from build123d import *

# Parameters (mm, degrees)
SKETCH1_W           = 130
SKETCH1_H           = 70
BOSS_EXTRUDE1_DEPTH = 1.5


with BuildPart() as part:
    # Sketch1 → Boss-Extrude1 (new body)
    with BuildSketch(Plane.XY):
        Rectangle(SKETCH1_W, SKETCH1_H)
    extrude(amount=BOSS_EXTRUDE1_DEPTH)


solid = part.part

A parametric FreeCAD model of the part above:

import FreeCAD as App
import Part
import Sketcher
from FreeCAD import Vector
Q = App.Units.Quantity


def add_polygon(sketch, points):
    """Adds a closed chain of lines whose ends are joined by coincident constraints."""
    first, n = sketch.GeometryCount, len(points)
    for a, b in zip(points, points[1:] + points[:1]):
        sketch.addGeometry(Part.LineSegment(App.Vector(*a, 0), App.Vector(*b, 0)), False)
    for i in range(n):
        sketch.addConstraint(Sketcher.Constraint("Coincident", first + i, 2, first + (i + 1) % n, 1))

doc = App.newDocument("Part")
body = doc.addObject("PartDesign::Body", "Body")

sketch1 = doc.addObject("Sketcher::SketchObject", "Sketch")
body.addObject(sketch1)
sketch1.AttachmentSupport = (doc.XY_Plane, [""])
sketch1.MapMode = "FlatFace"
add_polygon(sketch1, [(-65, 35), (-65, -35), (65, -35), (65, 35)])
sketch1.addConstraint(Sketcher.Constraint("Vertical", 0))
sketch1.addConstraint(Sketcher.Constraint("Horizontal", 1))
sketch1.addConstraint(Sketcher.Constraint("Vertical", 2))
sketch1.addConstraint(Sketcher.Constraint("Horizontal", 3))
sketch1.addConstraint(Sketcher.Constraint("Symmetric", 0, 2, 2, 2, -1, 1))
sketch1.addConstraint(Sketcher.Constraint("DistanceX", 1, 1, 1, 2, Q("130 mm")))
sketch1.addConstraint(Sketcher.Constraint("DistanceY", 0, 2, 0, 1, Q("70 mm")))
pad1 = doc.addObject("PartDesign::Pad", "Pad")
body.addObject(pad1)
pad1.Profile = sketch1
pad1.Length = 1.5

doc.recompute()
--
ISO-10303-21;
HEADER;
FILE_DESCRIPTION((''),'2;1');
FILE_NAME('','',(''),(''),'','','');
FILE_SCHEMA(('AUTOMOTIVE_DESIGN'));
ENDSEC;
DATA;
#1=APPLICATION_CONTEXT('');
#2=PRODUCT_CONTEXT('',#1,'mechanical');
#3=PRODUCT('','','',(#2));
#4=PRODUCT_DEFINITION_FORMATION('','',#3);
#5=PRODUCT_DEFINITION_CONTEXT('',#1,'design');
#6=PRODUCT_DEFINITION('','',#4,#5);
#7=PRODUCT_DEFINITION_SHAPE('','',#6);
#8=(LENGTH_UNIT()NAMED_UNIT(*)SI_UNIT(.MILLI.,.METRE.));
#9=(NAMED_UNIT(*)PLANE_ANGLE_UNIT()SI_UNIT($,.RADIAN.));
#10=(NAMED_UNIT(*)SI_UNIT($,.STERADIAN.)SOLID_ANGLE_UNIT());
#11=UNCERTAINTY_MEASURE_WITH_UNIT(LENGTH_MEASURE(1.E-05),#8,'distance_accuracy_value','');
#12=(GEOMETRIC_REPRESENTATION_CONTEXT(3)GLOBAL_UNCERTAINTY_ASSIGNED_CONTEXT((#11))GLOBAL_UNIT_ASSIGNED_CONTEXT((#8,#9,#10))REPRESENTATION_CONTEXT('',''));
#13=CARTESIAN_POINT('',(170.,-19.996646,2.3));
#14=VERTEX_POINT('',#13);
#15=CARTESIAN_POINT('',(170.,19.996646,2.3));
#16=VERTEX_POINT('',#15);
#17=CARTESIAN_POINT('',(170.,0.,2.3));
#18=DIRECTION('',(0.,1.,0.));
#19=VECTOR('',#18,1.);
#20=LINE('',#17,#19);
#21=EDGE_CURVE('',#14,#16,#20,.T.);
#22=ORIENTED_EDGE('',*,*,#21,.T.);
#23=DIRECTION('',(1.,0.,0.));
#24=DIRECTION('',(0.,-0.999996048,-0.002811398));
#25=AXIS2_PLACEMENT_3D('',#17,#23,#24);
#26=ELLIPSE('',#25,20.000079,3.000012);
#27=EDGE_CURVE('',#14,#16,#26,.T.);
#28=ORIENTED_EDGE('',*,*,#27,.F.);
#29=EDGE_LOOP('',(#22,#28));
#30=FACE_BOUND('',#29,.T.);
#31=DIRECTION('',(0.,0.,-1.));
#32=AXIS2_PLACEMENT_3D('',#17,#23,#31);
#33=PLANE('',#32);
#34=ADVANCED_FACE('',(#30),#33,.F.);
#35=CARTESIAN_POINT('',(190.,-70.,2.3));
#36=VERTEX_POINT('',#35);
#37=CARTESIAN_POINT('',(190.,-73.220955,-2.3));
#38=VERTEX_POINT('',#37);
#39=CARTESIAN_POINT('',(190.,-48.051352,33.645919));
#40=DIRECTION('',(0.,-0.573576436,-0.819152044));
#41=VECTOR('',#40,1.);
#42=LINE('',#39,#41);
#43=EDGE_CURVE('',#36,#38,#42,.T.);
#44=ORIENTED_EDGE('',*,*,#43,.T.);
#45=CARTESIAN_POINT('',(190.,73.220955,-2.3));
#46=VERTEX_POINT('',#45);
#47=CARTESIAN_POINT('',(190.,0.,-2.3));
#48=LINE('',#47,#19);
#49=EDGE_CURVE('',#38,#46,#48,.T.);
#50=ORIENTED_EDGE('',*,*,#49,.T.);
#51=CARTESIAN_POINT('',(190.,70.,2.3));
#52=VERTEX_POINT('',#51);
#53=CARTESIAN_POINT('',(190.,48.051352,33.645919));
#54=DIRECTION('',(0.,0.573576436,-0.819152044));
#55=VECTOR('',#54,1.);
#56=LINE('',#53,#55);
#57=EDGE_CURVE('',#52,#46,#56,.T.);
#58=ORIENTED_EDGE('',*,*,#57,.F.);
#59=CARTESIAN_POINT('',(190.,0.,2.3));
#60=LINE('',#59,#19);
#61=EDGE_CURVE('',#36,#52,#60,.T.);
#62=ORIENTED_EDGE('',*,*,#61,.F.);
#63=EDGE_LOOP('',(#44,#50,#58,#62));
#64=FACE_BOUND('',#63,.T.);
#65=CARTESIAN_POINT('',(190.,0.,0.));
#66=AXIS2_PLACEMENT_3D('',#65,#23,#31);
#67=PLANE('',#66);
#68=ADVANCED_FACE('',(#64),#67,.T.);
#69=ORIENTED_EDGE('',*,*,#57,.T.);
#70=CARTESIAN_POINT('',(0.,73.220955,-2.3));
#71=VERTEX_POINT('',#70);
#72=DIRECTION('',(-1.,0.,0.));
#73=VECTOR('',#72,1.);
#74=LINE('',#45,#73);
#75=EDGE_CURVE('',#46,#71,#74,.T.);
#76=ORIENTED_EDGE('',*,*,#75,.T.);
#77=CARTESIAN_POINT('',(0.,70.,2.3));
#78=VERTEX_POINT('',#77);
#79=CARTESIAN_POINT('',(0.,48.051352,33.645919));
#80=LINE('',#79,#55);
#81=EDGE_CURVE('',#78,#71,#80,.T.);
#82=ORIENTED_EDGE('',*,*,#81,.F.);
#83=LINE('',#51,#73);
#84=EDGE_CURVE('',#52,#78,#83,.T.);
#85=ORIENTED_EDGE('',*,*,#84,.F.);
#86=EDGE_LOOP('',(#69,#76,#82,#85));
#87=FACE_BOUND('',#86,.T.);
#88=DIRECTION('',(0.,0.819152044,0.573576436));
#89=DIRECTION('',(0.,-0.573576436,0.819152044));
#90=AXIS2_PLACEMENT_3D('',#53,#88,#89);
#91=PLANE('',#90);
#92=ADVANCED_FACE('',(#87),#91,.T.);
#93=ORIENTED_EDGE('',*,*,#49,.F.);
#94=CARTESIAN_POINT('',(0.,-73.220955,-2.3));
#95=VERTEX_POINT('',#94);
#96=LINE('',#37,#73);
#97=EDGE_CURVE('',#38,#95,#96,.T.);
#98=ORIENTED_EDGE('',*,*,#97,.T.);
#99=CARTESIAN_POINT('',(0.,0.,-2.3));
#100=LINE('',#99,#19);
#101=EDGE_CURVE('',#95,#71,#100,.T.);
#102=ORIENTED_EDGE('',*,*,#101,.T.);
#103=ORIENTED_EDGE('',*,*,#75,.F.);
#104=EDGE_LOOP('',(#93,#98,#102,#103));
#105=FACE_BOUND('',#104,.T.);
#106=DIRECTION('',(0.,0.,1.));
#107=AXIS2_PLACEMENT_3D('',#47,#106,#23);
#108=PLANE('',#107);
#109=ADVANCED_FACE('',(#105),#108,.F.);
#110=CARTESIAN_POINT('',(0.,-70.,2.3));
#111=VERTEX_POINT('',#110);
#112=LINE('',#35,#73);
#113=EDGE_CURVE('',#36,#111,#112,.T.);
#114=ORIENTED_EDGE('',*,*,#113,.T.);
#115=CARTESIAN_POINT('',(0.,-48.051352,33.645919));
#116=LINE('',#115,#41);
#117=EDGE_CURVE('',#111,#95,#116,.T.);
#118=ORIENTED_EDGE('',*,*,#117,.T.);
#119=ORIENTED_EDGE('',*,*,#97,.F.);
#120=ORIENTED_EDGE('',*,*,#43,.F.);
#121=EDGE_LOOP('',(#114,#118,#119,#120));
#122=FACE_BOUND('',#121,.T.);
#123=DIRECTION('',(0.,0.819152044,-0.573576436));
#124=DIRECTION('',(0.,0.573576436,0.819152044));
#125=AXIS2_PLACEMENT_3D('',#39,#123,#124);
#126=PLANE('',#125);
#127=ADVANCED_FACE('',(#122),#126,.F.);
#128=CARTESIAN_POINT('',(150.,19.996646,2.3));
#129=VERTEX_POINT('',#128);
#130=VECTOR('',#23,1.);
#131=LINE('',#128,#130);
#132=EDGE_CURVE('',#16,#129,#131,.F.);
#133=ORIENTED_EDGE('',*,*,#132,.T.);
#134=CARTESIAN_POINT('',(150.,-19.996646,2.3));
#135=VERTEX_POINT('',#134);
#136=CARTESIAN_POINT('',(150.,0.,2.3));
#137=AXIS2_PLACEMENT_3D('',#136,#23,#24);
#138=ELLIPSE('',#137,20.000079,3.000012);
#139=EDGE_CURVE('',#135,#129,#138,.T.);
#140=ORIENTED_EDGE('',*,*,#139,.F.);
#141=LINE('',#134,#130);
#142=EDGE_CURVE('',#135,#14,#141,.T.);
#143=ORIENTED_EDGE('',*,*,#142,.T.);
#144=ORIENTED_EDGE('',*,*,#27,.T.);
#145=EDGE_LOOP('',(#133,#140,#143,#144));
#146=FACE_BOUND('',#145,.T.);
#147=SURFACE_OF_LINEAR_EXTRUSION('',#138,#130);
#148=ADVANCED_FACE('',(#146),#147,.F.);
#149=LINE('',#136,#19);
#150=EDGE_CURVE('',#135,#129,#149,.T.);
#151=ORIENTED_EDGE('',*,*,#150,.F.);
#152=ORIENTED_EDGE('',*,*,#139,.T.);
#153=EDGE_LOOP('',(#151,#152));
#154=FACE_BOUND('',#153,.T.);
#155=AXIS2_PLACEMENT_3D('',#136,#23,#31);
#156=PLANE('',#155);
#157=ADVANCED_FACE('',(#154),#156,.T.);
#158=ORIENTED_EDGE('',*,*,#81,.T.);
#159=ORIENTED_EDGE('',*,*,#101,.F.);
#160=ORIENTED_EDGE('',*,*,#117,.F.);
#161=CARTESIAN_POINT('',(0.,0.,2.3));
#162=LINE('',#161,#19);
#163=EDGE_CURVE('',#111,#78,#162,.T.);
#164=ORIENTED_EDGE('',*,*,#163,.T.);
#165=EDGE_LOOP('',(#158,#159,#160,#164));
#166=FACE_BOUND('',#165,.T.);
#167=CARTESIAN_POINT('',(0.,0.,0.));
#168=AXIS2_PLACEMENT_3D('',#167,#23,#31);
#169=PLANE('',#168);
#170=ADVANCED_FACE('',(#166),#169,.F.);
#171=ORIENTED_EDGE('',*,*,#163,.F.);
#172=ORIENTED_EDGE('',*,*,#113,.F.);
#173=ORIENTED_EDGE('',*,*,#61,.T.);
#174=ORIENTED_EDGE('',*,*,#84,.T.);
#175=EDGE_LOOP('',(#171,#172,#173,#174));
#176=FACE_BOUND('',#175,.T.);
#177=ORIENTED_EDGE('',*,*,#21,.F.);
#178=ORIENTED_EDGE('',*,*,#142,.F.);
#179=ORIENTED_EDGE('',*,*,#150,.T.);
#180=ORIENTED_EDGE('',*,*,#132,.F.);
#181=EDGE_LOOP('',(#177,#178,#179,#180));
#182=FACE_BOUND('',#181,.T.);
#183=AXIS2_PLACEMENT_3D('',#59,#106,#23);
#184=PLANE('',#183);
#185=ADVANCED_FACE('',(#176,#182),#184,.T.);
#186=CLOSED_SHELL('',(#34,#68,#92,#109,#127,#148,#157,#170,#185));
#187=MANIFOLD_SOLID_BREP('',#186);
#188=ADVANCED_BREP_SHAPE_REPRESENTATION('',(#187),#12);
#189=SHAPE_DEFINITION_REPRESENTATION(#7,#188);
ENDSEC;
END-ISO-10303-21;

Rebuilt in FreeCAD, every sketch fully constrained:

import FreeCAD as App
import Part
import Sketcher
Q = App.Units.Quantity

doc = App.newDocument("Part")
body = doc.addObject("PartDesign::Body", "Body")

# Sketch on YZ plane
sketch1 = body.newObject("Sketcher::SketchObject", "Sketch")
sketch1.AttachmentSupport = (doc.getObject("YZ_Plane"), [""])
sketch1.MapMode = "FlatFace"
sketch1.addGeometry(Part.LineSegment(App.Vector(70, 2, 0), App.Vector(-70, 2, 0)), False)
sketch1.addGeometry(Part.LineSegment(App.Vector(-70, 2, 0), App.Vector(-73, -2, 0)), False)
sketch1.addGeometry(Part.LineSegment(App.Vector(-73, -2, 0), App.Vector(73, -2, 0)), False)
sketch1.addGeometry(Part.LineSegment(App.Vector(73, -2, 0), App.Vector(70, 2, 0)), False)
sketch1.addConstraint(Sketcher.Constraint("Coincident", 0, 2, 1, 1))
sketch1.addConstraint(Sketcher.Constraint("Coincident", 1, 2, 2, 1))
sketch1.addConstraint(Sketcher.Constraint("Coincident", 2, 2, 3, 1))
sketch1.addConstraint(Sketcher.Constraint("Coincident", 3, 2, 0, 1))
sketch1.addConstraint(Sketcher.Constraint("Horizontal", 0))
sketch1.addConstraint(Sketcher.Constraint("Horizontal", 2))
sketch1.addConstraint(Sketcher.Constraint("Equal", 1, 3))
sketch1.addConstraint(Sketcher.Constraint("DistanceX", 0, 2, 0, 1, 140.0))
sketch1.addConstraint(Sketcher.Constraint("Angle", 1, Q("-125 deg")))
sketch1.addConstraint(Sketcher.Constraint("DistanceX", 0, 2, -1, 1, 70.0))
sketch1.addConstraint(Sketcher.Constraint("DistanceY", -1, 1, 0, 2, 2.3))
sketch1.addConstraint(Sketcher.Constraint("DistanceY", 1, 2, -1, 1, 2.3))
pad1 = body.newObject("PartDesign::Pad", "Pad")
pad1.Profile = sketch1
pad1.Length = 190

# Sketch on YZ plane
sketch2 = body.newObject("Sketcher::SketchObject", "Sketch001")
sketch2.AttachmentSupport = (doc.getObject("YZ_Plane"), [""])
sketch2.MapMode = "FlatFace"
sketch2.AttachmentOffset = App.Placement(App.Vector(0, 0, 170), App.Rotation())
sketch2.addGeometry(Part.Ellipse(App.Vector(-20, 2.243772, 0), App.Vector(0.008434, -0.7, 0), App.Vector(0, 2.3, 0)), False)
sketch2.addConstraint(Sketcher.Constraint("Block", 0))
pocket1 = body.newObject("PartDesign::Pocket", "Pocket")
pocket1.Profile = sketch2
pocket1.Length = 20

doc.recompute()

*Task description*
Above are the records. Copy the lines beginning at the one that has "#25=AXIS2_PLACEMENT_3D('',#17,#23,#24);" and ending with the one that has "#42=LINE('',#39,#41);", unchanged.

*The completed task*
#25=AXIS2_PLACEMENT_3D('',#17,#23,#24);
#26=ELLIPSE('',#25,20.000079,3.000012);
#27=EDGE_CURVE('',#14,#16,#26,.T.);
#28=ORIENTED_EDGE('',*,*,#27,.F.);
#29=EDGE_LOOP('',(#22,#28));
#30=FACE_BOUND('',#29,.T.);
#31=DIRECTION('',(0.,0.,-1.));
#32=AXIS2_PLACEMENT_3D('',#17,#23,#31);
#33=PLANE('',#32);
#34=ADVANCED_FACE('',(#30),#33,.F.);
#35=CARTESIAN_POINT('',(190.,-70.,2.3));
#36=VERTEX_POINT('',#35);
#37=CARTESIAN_POINT('',(190.,-73.220955,-2.3));
#38=VERTEX_POINT('',#37);
#39=CARTESIAN_POINT('',(190.,-48.051352,33.645919));
#40=DIRECTION('',(0.,-0.573576436,-0.819152044));
#41=VECTOR('',#40,1.);
#42=LINE('',#39,#41);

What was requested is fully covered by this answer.